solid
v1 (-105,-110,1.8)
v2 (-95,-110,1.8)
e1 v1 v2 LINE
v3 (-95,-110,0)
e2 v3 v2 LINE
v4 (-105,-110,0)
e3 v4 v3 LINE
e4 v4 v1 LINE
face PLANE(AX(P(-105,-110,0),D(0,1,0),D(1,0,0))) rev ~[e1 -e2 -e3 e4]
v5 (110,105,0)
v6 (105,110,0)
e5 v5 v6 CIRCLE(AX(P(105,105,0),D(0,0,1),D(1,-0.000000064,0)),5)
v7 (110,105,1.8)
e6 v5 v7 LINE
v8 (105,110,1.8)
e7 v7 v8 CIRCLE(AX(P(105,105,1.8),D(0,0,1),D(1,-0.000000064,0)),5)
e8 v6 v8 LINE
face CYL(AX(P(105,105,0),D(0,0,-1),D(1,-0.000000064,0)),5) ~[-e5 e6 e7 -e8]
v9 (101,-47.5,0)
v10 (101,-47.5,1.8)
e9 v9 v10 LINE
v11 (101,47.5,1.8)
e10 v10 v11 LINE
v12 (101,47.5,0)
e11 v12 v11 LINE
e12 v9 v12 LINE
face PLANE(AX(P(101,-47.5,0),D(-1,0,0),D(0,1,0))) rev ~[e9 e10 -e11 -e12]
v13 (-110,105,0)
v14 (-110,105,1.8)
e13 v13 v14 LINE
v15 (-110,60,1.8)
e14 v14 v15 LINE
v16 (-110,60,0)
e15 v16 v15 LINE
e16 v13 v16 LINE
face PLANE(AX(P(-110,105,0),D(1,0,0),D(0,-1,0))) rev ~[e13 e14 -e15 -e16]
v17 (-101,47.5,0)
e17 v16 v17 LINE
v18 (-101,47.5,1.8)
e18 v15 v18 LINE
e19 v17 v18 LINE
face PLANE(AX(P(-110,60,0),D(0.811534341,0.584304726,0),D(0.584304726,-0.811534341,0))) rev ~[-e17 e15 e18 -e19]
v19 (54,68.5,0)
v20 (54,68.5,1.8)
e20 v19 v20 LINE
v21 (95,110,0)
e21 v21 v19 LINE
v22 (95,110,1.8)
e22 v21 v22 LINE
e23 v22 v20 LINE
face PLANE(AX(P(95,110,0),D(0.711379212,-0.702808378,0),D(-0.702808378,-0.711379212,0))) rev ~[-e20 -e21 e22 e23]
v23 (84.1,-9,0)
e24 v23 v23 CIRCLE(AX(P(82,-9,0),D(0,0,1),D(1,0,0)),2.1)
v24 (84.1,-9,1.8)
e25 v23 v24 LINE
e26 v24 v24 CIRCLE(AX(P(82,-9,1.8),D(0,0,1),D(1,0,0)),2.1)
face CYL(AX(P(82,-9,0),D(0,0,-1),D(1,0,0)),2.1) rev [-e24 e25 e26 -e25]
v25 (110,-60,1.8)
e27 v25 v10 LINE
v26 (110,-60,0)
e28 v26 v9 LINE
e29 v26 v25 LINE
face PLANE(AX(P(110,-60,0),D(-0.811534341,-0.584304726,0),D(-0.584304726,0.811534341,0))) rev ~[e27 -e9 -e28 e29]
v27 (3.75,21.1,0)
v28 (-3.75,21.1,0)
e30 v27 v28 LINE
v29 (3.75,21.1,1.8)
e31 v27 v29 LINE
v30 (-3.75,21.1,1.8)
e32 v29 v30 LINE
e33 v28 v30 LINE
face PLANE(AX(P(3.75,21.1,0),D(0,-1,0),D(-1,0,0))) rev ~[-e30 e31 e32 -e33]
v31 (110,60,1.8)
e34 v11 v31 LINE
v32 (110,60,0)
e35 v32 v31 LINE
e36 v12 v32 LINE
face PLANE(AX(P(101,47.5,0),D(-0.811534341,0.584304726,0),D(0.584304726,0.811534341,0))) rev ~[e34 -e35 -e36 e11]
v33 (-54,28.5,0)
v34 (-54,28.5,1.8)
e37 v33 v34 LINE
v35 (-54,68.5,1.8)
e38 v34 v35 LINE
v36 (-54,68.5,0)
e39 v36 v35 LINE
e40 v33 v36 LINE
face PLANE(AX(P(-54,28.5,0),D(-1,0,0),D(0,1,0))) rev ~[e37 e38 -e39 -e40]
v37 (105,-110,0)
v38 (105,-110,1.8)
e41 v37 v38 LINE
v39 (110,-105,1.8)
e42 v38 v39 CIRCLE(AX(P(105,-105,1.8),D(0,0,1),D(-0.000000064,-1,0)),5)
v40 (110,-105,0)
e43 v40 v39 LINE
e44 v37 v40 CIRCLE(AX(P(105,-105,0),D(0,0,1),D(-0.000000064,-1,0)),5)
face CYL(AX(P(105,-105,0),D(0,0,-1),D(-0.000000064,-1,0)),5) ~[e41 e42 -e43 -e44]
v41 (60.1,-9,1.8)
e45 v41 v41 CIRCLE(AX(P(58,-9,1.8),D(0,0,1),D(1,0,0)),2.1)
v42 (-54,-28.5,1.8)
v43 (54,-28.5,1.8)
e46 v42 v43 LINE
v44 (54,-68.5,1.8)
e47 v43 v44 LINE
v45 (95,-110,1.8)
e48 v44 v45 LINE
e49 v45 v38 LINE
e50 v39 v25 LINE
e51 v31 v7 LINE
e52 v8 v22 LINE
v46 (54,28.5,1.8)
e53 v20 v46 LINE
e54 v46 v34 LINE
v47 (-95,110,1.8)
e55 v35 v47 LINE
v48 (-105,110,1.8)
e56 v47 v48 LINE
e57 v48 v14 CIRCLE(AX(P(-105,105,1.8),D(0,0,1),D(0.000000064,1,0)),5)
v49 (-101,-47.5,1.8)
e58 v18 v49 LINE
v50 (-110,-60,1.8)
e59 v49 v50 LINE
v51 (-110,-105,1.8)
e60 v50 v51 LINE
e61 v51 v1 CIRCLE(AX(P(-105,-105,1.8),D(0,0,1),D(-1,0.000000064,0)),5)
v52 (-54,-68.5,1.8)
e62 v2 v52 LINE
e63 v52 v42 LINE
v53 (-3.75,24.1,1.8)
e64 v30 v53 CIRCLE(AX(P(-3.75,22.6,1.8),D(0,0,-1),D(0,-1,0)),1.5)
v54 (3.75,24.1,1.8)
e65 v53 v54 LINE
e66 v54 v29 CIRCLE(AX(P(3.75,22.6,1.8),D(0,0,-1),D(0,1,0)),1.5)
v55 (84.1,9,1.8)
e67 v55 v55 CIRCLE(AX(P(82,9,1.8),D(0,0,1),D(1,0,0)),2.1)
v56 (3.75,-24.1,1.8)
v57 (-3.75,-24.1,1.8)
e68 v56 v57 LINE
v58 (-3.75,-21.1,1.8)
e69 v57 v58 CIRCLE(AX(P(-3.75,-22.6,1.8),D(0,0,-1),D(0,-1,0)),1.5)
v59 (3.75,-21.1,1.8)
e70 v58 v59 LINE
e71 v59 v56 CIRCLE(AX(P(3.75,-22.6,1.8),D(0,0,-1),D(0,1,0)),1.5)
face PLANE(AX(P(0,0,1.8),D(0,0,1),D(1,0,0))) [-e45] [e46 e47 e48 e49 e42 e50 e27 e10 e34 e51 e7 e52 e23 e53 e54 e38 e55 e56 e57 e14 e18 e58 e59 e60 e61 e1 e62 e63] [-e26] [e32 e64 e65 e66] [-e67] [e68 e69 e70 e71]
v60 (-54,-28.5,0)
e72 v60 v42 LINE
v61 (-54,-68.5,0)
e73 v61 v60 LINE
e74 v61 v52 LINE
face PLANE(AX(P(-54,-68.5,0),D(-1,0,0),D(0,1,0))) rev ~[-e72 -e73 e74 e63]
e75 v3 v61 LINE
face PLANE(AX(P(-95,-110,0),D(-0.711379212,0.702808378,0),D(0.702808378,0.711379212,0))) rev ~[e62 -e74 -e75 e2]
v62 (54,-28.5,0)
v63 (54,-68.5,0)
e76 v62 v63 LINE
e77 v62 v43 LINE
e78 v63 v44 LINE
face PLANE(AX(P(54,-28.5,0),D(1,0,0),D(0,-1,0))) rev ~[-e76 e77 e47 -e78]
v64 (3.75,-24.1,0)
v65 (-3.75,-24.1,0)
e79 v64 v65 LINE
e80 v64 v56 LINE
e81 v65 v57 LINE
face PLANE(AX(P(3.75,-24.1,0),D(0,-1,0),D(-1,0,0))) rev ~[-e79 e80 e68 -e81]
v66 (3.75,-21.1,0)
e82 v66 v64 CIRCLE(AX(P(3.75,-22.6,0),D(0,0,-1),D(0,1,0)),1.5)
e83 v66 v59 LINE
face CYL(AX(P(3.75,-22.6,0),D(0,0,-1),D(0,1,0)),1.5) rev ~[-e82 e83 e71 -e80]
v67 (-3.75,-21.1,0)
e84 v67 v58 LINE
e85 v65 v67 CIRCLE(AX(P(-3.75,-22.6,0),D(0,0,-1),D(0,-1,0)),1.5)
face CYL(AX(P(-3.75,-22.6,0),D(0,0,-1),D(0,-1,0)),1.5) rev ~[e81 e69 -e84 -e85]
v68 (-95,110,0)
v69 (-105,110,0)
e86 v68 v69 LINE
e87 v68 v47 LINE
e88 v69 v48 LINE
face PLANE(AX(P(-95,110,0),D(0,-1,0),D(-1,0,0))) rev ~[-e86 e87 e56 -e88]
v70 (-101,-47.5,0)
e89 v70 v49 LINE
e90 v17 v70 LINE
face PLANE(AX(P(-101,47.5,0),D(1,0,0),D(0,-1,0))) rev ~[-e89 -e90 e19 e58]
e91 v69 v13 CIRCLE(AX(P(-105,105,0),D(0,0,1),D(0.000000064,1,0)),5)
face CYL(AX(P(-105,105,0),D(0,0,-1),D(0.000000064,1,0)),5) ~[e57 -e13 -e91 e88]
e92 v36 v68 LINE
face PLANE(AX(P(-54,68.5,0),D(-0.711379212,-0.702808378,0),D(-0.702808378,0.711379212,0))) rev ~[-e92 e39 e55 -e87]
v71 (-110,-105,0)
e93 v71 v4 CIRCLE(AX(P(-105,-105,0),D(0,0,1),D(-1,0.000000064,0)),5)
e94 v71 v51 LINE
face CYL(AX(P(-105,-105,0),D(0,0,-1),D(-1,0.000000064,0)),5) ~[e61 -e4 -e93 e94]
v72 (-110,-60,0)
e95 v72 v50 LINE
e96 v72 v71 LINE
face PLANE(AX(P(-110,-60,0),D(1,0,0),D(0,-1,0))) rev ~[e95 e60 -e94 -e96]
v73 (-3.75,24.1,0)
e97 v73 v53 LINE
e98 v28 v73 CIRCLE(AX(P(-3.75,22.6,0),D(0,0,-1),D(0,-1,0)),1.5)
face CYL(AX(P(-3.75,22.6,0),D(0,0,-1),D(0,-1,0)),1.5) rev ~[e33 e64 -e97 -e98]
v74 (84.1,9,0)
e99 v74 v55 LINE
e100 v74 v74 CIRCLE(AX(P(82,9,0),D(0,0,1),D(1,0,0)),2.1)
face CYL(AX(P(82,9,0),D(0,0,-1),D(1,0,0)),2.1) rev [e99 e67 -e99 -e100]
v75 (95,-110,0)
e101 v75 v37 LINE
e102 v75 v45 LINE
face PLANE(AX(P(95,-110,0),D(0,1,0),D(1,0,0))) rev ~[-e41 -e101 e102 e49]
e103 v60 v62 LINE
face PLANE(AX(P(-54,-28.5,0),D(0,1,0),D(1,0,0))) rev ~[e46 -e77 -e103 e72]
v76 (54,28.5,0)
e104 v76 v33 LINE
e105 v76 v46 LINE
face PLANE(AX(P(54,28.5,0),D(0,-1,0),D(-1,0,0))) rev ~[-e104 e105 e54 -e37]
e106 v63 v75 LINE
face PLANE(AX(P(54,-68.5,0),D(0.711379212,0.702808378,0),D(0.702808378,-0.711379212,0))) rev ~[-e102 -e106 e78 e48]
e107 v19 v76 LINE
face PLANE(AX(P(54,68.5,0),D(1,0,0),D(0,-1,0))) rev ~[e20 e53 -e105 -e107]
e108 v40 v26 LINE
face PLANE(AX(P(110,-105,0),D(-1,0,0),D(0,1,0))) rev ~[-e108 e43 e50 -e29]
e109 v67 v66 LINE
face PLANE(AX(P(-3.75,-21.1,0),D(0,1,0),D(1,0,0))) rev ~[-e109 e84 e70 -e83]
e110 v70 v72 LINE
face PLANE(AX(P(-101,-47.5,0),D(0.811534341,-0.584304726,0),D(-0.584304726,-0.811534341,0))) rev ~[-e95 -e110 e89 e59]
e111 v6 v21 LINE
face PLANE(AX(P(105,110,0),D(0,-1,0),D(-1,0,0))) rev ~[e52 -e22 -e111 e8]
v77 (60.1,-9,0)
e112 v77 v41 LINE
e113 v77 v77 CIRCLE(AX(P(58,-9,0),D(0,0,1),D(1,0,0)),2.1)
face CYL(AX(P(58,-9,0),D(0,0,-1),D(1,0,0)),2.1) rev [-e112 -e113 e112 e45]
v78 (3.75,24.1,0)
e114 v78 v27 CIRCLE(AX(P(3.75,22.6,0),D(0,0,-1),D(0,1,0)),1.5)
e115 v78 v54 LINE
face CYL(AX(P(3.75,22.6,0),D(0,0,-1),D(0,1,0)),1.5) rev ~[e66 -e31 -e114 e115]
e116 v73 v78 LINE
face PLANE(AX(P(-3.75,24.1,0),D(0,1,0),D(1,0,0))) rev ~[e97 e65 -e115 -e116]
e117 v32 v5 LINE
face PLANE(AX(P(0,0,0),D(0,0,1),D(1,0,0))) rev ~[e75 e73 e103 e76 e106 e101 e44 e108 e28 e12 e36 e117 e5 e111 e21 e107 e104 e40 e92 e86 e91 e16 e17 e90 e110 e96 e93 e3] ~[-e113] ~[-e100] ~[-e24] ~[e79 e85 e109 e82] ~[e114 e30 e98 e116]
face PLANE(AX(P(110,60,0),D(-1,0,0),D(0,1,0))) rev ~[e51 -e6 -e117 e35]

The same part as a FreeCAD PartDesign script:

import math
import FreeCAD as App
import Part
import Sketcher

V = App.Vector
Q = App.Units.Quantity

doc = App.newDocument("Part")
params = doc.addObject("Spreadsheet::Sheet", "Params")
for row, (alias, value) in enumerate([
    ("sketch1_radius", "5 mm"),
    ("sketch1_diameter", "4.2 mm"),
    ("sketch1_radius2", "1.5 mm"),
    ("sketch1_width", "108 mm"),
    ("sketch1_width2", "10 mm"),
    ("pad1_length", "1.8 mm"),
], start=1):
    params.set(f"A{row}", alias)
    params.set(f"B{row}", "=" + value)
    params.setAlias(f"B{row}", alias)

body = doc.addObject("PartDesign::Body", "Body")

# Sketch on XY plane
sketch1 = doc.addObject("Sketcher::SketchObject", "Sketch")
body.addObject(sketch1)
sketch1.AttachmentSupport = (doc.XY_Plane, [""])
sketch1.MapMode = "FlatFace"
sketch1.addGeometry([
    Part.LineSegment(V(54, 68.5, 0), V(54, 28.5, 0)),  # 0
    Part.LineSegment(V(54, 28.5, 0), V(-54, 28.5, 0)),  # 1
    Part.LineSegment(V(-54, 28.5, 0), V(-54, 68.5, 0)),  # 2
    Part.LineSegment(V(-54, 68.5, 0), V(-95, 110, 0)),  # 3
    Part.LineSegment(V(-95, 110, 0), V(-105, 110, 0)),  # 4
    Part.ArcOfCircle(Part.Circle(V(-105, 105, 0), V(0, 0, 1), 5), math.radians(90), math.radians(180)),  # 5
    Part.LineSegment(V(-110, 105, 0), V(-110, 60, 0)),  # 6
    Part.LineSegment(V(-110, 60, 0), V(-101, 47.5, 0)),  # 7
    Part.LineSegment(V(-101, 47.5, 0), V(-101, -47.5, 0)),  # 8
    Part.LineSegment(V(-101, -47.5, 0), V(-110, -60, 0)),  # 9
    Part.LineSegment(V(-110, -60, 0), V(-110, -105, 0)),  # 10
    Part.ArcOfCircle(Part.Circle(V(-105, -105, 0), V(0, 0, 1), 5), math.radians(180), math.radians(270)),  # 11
============
— Assignment —
Print exactly the lines above, between the one holding "face PLANE(AX(P(54,68.5,0),D(1,0,0),D(0,-1,0))) rev" and the one holding "face PLANE(AX(P(105,110,0),D(0,-1,0),D(-1,0,0))) rev", inclusive, and nothing besides.

— Your solution —
face PLANE(AX(P(54,68.5,0),D(1,0,0),D(0,-1,0))) rev ~[e20 e53 -e105 -e107]
e108 v40 v26 LINE
face PLANE(AX(P(110,-105,0),D(-1,0,0),D(0,1,0))) rev ~[-e108 e43 e50 -e29]
e109 v67 v66 LINE
face PLANE(AX(P(-3.75,-21.1,0),D(0,1,0),D(1,0,0))) rev ~[-e109 e84 e70 -e83]
e110 v70 v72 LINE
face PLANE(AX(P(-101,-47.5,0),D(0.811534341,-0.584304726,0),D(-0.584304726,-0.811534341,0))) rev ~[-e95 -e110 e89 e59]
e111 v6 v21 LINE
face PLANE(AX(P(105,110,0),D(0,-1,0),D(-1,0,0))) rev ~[e52 -e22 -e111 e8]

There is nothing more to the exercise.